··· RECORDS FOR THE EXERCISE

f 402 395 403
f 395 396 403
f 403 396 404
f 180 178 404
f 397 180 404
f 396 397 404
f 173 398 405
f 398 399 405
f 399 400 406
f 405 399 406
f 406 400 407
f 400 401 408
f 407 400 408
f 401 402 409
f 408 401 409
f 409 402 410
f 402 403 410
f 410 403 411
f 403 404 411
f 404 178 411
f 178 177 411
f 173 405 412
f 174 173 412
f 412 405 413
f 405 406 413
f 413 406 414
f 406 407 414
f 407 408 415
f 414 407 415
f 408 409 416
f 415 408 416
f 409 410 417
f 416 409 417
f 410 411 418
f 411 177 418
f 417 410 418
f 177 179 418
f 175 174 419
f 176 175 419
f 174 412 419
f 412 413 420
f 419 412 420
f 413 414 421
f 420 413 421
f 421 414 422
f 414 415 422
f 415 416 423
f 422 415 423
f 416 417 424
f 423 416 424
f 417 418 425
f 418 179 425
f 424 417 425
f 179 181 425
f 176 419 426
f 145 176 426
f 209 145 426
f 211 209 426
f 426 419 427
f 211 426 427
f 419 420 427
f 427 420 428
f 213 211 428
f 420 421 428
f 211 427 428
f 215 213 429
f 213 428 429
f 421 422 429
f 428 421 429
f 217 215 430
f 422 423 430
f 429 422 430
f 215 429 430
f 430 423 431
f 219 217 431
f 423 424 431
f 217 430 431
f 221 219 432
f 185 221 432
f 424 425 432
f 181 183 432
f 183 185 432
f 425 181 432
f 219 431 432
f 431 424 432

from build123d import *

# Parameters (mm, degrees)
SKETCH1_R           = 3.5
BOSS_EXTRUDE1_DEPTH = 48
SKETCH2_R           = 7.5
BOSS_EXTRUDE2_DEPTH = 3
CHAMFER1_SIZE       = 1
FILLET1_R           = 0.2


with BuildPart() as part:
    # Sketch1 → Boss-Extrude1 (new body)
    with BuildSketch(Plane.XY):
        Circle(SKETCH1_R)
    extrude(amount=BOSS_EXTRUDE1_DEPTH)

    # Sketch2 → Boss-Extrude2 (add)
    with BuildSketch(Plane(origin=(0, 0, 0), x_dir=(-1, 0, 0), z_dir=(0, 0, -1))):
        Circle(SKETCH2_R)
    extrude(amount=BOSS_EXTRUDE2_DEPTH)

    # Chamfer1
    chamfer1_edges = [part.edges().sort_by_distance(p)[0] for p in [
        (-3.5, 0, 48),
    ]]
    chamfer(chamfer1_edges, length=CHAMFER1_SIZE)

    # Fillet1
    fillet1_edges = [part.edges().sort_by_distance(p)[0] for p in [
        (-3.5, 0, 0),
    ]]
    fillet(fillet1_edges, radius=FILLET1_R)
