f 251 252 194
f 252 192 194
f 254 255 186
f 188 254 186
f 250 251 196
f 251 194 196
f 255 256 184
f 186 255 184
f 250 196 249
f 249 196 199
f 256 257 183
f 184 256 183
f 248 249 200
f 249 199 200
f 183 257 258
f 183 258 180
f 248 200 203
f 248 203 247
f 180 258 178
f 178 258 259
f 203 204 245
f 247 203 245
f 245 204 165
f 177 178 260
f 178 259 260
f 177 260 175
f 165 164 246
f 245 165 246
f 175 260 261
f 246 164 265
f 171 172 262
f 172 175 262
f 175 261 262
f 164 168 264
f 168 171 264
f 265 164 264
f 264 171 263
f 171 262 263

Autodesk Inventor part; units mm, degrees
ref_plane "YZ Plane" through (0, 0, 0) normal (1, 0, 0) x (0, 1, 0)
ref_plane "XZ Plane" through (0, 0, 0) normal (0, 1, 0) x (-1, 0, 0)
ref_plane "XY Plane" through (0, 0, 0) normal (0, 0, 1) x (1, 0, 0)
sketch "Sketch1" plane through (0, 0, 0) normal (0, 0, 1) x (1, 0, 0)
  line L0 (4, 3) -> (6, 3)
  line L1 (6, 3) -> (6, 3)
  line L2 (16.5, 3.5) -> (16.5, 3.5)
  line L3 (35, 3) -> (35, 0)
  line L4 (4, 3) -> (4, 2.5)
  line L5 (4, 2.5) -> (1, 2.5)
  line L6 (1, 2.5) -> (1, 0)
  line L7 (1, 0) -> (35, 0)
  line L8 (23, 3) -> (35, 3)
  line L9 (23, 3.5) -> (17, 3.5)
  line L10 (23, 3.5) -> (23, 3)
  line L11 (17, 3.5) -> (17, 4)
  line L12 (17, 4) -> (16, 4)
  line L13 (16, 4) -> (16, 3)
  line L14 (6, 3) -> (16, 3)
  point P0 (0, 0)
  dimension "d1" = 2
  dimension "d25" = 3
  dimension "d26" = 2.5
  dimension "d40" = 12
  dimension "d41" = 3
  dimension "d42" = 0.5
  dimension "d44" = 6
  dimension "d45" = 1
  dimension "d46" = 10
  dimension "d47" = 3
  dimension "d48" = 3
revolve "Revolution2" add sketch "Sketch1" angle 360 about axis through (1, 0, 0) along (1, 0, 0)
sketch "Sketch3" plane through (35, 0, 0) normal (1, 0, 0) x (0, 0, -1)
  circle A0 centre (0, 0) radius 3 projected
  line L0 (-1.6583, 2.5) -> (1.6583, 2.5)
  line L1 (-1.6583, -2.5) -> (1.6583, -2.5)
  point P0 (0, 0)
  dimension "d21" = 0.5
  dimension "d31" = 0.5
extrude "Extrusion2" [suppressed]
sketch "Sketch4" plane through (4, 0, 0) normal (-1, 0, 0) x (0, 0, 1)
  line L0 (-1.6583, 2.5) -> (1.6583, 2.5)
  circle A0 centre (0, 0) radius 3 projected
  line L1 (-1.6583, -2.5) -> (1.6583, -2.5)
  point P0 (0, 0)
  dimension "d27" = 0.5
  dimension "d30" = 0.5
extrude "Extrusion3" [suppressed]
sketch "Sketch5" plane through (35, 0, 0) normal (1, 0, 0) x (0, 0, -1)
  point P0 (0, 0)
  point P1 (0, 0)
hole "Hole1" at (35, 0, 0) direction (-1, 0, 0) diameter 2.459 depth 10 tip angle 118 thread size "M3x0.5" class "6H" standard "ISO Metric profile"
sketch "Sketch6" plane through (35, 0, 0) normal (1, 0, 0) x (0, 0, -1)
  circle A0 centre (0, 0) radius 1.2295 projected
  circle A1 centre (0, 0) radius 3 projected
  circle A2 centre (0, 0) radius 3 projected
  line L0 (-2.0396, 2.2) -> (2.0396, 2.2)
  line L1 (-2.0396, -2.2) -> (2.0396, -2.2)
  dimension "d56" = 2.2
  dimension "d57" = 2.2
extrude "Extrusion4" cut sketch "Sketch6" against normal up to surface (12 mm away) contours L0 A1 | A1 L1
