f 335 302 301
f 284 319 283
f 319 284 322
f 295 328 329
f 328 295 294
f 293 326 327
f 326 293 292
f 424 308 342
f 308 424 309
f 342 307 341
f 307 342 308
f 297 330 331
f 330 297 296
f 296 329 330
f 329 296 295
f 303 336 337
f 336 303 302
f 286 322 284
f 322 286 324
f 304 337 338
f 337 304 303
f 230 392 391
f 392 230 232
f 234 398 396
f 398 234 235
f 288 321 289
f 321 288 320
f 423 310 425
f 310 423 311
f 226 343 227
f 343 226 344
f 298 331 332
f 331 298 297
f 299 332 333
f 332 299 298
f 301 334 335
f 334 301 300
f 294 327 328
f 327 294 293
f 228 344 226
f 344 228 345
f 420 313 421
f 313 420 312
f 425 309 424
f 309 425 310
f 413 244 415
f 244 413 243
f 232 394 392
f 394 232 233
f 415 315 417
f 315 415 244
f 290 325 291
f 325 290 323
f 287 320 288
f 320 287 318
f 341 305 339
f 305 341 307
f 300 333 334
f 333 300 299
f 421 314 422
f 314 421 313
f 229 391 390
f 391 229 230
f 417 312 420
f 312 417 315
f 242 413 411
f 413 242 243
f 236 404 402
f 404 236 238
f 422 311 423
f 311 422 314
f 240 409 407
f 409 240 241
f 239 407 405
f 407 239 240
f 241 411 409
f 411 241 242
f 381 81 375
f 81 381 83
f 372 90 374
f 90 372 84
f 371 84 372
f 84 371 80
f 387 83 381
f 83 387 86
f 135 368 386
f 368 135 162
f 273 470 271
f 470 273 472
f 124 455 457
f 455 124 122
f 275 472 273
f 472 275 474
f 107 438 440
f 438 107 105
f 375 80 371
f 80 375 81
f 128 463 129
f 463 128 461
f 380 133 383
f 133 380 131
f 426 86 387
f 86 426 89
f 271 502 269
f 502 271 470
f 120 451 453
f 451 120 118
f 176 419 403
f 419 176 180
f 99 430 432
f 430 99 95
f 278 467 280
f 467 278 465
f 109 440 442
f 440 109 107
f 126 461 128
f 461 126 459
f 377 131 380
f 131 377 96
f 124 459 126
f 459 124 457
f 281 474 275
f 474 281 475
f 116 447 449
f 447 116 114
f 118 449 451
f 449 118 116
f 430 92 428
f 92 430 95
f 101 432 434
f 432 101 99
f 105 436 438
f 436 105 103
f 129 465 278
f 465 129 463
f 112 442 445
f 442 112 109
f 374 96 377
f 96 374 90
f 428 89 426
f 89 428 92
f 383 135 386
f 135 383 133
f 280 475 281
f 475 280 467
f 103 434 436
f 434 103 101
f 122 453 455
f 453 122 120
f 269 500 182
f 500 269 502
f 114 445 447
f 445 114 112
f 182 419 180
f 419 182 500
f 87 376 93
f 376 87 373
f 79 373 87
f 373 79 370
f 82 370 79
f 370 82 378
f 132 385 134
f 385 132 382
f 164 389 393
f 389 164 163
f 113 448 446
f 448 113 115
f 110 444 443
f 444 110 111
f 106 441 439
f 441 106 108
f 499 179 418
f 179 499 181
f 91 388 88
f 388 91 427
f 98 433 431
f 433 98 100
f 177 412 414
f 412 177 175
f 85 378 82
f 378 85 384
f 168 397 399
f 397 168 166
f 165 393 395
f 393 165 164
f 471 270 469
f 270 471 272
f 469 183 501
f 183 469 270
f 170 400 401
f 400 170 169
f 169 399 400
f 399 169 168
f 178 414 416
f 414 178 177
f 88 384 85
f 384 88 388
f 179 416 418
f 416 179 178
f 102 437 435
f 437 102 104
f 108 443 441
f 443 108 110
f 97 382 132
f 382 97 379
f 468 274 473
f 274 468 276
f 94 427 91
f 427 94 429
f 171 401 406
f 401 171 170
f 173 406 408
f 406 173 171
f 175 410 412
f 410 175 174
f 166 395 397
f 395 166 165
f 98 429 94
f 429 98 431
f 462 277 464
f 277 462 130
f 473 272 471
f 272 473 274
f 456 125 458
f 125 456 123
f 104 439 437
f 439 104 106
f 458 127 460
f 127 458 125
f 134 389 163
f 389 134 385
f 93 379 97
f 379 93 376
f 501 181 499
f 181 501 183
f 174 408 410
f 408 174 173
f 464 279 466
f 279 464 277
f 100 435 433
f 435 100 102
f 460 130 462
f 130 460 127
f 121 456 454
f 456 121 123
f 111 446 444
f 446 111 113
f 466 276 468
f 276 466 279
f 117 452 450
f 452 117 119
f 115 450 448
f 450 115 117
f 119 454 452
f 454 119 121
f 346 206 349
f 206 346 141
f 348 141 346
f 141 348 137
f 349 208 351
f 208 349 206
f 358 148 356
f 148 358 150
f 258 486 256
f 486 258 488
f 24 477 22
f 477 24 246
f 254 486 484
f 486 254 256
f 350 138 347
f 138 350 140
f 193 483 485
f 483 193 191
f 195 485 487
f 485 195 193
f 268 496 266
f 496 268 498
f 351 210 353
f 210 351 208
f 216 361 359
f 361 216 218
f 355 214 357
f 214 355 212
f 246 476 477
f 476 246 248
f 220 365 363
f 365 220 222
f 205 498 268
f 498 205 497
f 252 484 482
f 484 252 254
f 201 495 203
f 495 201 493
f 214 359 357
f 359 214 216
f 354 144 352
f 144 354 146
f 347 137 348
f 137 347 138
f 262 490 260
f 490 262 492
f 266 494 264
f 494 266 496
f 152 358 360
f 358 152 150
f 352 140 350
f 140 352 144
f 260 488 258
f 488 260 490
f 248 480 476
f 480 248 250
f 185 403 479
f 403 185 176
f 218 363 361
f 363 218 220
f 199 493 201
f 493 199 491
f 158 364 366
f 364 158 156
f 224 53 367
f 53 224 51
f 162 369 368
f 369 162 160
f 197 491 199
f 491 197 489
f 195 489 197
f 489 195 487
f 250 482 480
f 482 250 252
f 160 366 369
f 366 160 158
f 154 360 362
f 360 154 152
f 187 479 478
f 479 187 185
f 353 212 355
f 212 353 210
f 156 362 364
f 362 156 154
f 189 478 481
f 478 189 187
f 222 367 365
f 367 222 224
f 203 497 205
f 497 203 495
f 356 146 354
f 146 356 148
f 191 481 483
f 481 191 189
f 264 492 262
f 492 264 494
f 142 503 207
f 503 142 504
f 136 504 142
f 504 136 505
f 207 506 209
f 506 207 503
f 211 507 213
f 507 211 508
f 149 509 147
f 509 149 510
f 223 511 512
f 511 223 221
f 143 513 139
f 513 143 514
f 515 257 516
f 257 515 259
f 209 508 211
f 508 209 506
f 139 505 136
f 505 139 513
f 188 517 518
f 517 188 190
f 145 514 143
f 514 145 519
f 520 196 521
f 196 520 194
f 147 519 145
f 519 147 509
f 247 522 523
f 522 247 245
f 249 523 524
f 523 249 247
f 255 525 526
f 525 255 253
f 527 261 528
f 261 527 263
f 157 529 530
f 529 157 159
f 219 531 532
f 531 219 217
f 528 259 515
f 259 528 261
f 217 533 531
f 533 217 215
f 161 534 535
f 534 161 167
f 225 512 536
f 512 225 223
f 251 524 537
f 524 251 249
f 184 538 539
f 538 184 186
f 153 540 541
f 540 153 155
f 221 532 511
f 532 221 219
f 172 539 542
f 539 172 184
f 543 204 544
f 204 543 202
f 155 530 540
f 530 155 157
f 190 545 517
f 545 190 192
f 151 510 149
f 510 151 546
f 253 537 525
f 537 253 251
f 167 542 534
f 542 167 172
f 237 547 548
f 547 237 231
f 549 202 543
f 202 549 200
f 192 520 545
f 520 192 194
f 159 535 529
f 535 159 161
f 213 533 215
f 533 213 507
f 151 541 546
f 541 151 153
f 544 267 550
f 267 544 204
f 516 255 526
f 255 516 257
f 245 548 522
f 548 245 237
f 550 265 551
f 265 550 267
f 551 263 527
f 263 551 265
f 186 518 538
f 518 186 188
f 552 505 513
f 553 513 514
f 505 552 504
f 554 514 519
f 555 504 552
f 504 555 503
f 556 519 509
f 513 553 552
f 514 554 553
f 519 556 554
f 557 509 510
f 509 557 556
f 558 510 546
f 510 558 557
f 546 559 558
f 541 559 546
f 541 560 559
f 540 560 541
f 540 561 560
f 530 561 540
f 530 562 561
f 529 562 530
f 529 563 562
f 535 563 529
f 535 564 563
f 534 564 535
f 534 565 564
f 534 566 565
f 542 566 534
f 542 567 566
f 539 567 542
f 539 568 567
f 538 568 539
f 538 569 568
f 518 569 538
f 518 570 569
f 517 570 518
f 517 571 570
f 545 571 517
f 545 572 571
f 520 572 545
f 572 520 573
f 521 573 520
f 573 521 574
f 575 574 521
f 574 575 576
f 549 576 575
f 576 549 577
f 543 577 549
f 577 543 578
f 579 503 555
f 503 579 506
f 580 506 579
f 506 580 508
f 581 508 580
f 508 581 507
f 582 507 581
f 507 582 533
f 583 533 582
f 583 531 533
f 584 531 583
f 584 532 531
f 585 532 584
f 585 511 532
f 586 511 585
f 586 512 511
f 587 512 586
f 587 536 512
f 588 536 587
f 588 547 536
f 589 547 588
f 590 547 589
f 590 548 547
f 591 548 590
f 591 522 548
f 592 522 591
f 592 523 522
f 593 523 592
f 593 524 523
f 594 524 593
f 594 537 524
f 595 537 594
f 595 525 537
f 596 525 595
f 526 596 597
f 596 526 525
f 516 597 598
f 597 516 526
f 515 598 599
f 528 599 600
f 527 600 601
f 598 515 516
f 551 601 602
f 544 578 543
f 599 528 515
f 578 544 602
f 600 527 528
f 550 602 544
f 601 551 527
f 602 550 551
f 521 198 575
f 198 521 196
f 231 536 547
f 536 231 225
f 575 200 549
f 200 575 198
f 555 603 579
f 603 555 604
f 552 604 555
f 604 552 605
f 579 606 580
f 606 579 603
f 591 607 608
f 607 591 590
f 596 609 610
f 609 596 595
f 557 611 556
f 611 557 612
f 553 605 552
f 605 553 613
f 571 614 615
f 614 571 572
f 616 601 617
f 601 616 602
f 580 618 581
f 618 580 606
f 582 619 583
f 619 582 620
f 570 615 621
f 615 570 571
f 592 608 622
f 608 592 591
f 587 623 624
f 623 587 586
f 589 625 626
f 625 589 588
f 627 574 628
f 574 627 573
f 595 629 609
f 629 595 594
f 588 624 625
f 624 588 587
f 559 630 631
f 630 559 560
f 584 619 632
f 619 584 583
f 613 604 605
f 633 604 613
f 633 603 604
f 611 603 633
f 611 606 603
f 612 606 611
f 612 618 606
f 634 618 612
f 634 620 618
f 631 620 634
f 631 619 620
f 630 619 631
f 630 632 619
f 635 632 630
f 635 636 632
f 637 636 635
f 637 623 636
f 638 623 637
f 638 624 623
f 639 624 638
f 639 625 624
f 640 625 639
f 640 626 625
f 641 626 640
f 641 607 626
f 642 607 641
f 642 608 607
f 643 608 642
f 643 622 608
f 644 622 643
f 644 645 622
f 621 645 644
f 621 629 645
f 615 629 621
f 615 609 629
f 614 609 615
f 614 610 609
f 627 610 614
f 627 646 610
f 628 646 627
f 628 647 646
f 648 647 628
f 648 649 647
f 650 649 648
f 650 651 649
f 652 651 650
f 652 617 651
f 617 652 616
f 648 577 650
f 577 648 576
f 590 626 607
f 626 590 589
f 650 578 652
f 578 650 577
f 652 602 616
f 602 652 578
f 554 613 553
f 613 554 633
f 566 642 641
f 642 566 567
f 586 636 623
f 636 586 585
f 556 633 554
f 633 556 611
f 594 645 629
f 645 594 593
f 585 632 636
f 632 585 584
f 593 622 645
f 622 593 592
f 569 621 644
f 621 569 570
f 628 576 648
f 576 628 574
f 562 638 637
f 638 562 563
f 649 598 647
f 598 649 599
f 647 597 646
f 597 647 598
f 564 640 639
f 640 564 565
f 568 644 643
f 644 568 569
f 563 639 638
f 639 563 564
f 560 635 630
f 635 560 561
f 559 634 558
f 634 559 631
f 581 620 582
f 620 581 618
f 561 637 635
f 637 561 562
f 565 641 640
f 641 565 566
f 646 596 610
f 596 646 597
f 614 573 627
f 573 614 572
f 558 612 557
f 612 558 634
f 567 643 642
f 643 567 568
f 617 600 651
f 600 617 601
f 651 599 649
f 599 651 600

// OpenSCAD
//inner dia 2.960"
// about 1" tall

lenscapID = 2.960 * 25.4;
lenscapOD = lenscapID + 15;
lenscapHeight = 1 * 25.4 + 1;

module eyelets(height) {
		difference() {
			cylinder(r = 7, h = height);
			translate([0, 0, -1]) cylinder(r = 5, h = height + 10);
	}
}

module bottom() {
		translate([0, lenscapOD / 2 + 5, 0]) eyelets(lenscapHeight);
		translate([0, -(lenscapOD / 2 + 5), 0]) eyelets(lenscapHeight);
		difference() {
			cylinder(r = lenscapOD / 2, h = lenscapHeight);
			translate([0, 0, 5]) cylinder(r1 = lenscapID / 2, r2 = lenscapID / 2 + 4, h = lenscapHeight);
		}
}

······

All lines with the word "lenscapHeight" are needed; pull them from the entries and copy each.

lenscapHeight = 1 * 25.4 + 1;
		translate([0, lenscapOD / 2 + 5, 0]) eyelets(lenscapHeight);
		translate([0, -(lenscapOD / 2 + 5), 0]) eyelets(lenscapHeight);
			cylinder(r = lenscapOD / 2, h = lenscapHeight);
			translate([0, 0, 5]) cylinder(r1 = lenscapID / 2, r2 = lenscapID / 2 + 4, h = lenscapHeight);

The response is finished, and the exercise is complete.